Robert Metcalfe, co-inventor of the Ethernet, noticed that communication networks tend to increase exponentially with each single addition, a logic that today is called Metcalfe’s Law. Think of a fax machine sitting alone and unplugged in your office; it has little value by itself. But plug it into a network of fax machines around the world, and suddenly that communications tool has huge potential. . . .

But Metcalfe’s concept doesn’t apply to Twitter. The explanation why comes from two fellows named Zipf and Dunbar. Back in 1935, linguist George Zipf noticed that words in the English language are used in an interesting pattern. “The” is spoken most commonly, making up 7% of all utterances; “of” is the second-most common word, used exactly one-half as often as “the”…and the pattern continues with the 100th word in popularity being used only 1/100th as often. Zipf’s Law suggests that each subsequent thing in any series (such as your Twitter contacts) has predictable diminishing value. Your spouse is more important than your best friend, who outranks your boss, colleague, and that guy you met on a plane from Chicago. Inside the 2.3 million-strong Twitter network, not all connections are equal, and some will never be used at all. You will probably never send tweets to ice skaters in Finland.

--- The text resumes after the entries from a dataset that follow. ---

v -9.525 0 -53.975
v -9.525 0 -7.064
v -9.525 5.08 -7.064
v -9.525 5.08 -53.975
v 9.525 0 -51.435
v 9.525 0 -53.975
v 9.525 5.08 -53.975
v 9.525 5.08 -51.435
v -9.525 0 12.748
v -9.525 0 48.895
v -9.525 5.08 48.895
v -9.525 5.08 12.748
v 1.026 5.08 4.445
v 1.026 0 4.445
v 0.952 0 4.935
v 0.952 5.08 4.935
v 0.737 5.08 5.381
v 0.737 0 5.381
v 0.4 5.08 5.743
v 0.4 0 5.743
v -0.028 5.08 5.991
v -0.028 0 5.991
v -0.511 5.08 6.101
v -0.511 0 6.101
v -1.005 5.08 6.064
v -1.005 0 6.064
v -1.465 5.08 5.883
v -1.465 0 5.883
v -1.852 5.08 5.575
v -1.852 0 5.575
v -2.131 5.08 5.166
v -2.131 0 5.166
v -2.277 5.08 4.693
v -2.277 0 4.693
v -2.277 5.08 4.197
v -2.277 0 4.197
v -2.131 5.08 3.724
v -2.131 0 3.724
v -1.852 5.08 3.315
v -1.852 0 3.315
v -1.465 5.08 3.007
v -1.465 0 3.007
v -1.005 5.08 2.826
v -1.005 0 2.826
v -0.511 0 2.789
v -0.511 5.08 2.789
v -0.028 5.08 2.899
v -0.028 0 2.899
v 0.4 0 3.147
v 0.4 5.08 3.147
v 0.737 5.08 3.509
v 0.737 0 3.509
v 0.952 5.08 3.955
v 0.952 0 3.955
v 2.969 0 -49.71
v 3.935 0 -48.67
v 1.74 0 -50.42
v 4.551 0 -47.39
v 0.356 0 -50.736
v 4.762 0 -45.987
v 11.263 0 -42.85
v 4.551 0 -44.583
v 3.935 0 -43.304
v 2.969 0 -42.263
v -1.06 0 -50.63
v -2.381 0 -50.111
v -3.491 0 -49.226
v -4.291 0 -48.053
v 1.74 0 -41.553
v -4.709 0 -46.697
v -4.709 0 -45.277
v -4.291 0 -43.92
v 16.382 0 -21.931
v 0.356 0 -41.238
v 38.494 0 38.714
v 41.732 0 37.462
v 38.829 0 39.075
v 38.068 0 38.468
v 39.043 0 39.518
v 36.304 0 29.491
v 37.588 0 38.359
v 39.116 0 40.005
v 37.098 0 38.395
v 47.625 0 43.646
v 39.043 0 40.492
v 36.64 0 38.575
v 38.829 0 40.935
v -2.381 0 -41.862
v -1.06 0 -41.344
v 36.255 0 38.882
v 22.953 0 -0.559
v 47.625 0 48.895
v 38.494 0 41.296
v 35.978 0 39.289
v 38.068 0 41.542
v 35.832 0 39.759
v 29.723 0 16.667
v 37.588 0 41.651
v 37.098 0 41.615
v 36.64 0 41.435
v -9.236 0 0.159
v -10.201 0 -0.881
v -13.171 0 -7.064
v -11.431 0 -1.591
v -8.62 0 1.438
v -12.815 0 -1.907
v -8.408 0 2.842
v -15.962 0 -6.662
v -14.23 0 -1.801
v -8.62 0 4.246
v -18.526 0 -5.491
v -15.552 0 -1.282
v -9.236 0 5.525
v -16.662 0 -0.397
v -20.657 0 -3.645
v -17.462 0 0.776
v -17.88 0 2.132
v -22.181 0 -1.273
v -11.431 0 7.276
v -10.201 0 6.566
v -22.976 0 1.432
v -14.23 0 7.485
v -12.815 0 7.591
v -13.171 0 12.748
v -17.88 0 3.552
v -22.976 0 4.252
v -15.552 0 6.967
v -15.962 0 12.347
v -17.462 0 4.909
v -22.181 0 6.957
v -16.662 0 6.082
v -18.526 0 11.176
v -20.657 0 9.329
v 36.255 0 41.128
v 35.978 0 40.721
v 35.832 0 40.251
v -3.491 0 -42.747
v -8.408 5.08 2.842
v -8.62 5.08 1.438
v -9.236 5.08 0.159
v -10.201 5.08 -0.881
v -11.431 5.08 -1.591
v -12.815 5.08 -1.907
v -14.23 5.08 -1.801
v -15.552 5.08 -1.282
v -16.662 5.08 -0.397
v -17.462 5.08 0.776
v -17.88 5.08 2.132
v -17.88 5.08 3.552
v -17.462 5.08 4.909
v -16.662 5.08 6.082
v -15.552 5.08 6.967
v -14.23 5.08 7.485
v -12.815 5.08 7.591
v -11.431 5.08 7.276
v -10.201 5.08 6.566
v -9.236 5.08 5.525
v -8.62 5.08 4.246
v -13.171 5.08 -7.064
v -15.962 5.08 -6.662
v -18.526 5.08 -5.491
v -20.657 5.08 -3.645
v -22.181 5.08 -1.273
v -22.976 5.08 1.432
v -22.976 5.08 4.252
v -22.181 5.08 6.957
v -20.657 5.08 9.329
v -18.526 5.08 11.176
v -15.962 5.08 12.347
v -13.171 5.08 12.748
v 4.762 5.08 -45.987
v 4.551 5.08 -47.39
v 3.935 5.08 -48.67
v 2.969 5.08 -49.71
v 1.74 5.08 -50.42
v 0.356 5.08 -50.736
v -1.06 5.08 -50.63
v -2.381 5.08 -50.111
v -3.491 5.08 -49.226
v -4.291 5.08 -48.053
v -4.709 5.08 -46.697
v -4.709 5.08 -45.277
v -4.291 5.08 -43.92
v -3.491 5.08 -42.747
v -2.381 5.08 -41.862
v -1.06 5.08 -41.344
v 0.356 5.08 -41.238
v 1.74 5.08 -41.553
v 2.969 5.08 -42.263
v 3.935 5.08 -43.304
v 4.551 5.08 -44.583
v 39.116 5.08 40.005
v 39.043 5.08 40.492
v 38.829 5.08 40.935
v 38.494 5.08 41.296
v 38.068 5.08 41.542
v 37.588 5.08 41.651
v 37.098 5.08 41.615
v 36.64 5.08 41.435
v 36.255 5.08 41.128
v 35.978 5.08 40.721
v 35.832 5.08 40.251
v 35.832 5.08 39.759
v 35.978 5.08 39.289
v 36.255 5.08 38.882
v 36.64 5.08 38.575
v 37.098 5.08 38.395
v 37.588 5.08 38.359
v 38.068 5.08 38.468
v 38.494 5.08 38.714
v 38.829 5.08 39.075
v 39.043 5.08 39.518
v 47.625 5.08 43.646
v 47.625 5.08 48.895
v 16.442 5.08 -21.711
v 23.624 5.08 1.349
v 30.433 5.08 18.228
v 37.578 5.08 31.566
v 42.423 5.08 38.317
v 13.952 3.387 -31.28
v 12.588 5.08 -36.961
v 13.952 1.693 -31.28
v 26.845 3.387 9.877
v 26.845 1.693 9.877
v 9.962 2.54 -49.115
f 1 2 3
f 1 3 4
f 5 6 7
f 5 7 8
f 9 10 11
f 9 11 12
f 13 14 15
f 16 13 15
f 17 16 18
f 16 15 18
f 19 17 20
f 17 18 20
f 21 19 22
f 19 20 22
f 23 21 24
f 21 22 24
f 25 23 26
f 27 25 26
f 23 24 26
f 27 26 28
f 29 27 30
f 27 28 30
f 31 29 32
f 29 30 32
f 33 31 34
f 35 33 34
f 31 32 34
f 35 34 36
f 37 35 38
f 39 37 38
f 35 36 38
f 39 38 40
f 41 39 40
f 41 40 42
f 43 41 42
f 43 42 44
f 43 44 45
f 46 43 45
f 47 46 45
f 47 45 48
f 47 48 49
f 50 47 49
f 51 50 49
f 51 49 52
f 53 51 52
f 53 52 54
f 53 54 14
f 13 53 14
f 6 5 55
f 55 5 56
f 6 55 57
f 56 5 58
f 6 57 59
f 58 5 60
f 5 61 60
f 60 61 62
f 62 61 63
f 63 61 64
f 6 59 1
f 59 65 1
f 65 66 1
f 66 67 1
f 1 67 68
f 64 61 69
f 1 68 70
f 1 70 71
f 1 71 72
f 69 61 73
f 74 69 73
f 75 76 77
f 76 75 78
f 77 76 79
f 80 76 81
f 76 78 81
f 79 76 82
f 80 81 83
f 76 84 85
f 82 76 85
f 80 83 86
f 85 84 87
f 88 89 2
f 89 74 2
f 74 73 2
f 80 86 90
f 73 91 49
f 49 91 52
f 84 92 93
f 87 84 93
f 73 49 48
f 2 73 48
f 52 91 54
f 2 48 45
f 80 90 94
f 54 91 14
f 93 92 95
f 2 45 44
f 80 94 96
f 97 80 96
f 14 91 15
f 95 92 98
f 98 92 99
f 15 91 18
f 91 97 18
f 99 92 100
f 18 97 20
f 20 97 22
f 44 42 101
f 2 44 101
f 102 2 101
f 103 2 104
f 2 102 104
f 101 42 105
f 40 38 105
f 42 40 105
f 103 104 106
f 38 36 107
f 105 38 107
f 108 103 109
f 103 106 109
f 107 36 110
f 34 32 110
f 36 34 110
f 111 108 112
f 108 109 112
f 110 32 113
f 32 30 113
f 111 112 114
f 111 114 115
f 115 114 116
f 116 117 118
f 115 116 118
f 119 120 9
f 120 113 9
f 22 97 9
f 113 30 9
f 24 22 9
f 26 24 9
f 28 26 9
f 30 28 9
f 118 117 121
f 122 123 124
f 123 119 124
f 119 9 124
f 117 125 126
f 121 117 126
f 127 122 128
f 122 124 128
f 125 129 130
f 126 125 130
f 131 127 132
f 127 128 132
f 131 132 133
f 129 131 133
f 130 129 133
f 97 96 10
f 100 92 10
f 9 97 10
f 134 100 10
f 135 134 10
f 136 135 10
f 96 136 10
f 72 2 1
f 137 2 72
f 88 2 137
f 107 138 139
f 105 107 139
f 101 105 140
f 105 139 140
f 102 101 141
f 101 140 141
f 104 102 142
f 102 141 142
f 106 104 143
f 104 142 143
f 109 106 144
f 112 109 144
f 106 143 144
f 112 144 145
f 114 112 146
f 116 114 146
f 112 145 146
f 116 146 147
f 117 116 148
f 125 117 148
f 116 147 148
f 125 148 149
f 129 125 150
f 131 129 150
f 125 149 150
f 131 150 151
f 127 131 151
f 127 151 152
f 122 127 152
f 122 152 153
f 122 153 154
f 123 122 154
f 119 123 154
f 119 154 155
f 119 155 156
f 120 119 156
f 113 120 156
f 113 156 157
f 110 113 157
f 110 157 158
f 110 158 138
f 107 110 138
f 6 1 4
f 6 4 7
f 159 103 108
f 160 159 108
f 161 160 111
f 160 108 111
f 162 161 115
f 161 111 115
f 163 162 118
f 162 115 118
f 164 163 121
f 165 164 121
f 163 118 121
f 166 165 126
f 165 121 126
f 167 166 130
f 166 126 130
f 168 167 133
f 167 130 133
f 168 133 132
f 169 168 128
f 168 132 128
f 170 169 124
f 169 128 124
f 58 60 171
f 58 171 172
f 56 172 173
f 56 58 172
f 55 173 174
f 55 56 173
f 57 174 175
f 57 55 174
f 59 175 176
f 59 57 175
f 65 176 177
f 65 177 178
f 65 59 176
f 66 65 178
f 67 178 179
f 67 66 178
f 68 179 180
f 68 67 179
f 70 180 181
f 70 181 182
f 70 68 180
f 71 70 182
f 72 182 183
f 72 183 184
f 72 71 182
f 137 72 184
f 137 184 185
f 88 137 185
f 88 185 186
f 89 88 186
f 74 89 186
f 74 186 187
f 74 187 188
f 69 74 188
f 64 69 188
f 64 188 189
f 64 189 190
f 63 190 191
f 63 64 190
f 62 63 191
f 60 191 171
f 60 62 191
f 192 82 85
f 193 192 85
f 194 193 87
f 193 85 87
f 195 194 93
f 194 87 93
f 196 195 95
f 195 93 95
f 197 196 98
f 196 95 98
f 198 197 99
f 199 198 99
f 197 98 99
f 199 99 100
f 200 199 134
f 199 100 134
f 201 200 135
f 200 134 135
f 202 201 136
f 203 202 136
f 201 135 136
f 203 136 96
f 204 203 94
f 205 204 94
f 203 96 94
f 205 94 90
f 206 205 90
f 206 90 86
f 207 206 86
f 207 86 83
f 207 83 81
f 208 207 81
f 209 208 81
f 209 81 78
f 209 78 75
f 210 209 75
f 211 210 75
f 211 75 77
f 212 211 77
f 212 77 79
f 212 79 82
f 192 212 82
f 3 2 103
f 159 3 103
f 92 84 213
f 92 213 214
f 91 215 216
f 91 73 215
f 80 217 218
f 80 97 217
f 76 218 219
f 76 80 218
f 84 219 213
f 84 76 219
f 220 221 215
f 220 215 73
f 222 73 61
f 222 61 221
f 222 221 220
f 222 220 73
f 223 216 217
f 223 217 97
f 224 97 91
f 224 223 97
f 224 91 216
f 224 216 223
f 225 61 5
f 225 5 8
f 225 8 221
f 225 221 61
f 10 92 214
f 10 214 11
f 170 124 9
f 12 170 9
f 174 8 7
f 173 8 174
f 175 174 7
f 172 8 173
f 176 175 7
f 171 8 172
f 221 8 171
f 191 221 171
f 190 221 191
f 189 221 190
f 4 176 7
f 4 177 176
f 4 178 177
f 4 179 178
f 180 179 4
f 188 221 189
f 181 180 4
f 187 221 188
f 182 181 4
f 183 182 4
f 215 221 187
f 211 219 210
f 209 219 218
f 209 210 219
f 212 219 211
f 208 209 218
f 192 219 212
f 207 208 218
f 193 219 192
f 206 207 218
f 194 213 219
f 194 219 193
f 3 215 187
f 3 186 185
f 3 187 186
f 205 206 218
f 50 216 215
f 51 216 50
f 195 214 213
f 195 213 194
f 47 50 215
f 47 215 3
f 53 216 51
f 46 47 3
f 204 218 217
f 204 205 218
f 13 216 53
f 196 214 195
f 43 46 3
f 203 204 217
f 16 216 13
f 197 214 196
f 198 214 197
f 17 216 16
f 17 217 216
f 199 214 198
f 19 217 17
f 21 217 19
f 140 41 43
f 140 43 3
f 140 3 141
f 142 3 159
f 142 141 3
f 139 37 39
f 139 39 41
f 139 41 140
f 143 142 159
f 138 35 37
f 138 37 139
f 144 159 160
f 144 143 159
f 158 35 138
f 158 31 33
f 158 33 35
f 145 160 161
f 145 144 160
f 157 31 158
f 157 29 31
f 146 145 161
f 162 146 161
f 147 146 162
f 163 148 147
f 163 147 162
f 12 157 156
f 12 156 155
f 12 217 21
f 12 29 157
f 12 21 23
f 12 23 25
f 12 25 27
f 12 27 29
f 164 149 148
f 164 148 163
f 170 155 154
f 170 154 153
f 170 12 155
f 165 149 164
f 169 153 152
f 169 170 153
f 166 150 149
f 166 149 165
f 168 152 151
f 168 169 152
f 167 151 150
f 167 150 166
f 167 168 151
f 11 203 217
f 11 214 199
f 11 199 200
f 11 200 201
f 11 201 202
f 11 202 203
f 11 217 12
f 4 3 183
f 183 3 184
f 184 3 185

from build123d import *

# Parameters (mm, degrees)
SKETCH1_R               = 4.7625
BOSS_EXTRUDE1_DEPTH     = 5.08
SKETCH4_W               = 19.05
SKETCH4_H               = 5.08
BOSS_EXTRUDE2_DEPTH     = 5.08
SKETCH5_R               = 1.660728382
SKETCH5_R_2             = 1.651
CUT_EXTRUDE1_DEPTH      = 1.0000001
CUT_EXTRUDE1_DEPTH_BACK = 6.0800001
SKETCH6_R               = 4.7625
BOSS_EXTRUDE3_DEPTH     = 5.08
SKETCH8_R               = 4.7625
CUT_EXTRUDE2_DEPTH      = 6.0800001
SKETCH9_W               = 19.05
SKETCH9_H               = 5.08
CUT_EXTRUDE3_DEPTH      = 1.0000001
CUT_EXTRUDE3_DEPTH_BACK = 6.0800001
CUT_EXTRUDE4_DEPTH      = 1.0000001
CUT_EXTRUDE4_DEPTH_BACK = 6.0800001


with BuildPart() as part:
    # Sketch1 → Boss-Extrude1 (new body)
    with BuildSketch(Plane(origin=(0, 0, 0), x_dir=(1, 0, 0), z_dir=(0, 1, 0))):
        with BuildLine():
            Line((-9.525, 53.975), (9.525, 53.975))
            Line((9.525, 53.975), (9.525, 51.435))
            add(Edge.make_bspline(
                [(9.525, 51.435), (9.525, 51.21454564), (27.819109584, -48.895), (60.325, -48.895)],
                knots=[0, 0, 0, 0, 1, 1, 1, 1], degree=3))
            Line((60.325, -48.895), (-9.525, -48.895))
            Line((-9.525, -48.895), (-9.525, 53.975))
        make_face()
        with Locations((0, 45.9867)):
            Circle(SKETCH1_R, mode=Mode.SUBTRACT)
    extrude(amount=BOSS_EXTRUDE1_DEPTH)

    # Sketch4 → Boss-Extrude2 (add)
    with BuildSketch(Plane(origin=(0, 5.08, 0), x_dir=(1, 0, 0), z_dir=(0, 1, 0))):
        with Locations((50.8, -51.435)):
            Rectangle(SKETCH4_W, SKETCH4_H)
    extrude(amount=-BOSS_EXTRUDE2_DEPTH)

    # Sketch5 → Cut-Extrude1 (cut, two sides)
    with BuildSketch(Plane.XZ) as cut_extrude1_sk:
        with Locations((-0.635, 4.445)):
            Circle(SKETCH5_R)
        with Locations((37.465, 40.005)):
            Circle(SKETCH5_R_2)
    extrude(amount=CUT_EXTRUDE1_DEPTH, mode=Mode.SUBTRACT)
    extrude(cut_extrude1_sk.sketch, amount=-CUT_EXTRUDE1_DEPTH_BACK, mode=Mode.SUBTRACT)

    # Sketch6 → Boss-Extrude3 (add)
    with BuildSketch(Plane.XZ):
        with BuildLine():
            Line((-13.170662, 12.74826), (-9.525, 12.74826))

Further depressing Twitter’s internal value is a concept from British anthropologist Robin Dunbar, who noted in 1992 that humans—like other primates—can handle only 150 relationships. If we try to add many more connections, our little brains get overloaded.

These are just theories, but they point out that Twitter is not a vast communications network of 2.3 million users squared. Rather, it consists of small pools of people with gaps and limits on how they interact. This is important to marketers and investors, because it puts big brakes on how internal communications could propagate inside any social media network.

excerpt Txt in contxt
Nate:
from ”2b or not 2b?”, by linguistics professor David Crystal, guardian.co.uk, 5 July 2008 :: via languagehat.com

But the need to save time and energy is by no means the whole story of texting. When we look at some texts, they are linguistically quite complex. There are an extraordinary number of ways in which people play with language - creating riddles, solving crosswords, playing Scrabble, inventing new words. Professional writers do the same - providing catchy copy for advertising slogans, thinking up puns in newspaper headlines, and writing poems, novels and plays. Children quickly learn that one of the most enjoyable things you can do with language is to play with its sounds, words, grammar - and spelling.

The drive to be playful is there when we text, and it is hugely powerful. Within two or three years of the arrival of texting, it developed a ludic dimension. In short, it’s fun.